How can i optimize this S-curve function?

I am working on a gamma function that generates a "S-Curve". I need to run it in a realtime environment so i need to speed it up as much as possible.

The code is as follows:

float Gamma = 2.0f; //Input Variable

float GammaMult = pow(0.5f, 1.0f-Gamma);
if(Input<1.0f && Input>0.0f)
{
    if(Input<0.5f)
    {
        Output = pow(Input,Gamma)*GammaMult;
    }
    else
    {
        Output  = 1.0f-pow(1.0f-Input,Gamma)*GammaMult;
    }
}
else
{
   Output  = Input;
}

Is there any way I can optimize this code?

Solution

You can avoid pipeline stalls by eliminating branching on Input<1.0f && Input>0.0f if the instruction set supports saturation arithmetic or use max/min intrinsics, e.g. x86 MAXSS

You should also eliminate the other branching via rounding the saturated Input.
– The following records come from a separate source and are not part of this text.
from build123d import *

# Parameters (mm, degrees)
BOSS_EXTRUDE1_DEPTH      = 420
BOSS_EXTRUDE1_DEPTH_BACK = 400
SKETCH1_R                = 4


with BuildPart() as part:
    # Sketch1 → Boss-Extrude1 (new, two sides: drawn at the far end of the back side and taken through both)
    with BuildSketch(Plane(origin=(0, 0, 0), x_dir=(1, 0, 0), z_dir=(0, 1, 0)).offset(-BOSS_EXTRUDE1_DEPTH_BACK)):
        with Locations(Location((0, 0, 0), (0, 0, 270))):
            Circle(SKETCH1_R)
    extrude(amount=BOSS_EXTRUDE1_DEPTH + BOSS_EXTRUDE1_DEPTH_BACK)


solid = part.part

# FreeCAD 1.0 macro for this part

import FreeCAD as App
import Part
import Sketcher
Q = App.Units.Quantity

doc = App.newDocument("Part")
body = doc.addObject("PartDesign::Body", "Body")

# Sketch on XZ plane
sketch1 = doc.addObject("Sketcher::SketchObject", "Sketch")
body.addObject(sketch1)
sketch1.AttachmentSupport = (doc.XZ_Plane, [""])
sketch1.MapMode = "FlatFace"
sketch1.addGeometry(Part.Circle(App.Vector(0, 0, 0), App.Vector(0, 0, 1), 4), False)
sketch1.addConstraint([
    Sketcher.Constraint("Coincident", 0, 3, -1, 1),
    Sketcher.Constraint("Diameter", 0, Q("8 mm")),
])
pad1 = doc.addObject("PartDesign::Pad", "Pad")
body.addObject(pad1)
pad1.Profile = sketch1
pad1.Type = "TwoLengths"
pad1.Length = 420
pad1.Length2 = 400
pad1.Reversed = True

doc.recompute()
Full algorithm:

float GammaMult = pow(0.5f, 1.0f-Gamma);
Input = saturate(Input); // saturate via assembly or intrinsics
// Input is now in [0, 1]
Rounded = round(Input); // round via assembly or intrinsics
Coeff = 1 - 2 * Rounded
Output = Rounded + Coeff * pow(Rounded + Coeff * Input,Gamma)*GammaMult;

Rounding should be done via asm/intrinsics as well.

If you use this function on e.g. successive values of an array you should consider vectorising it if the target architecture supports SIMD.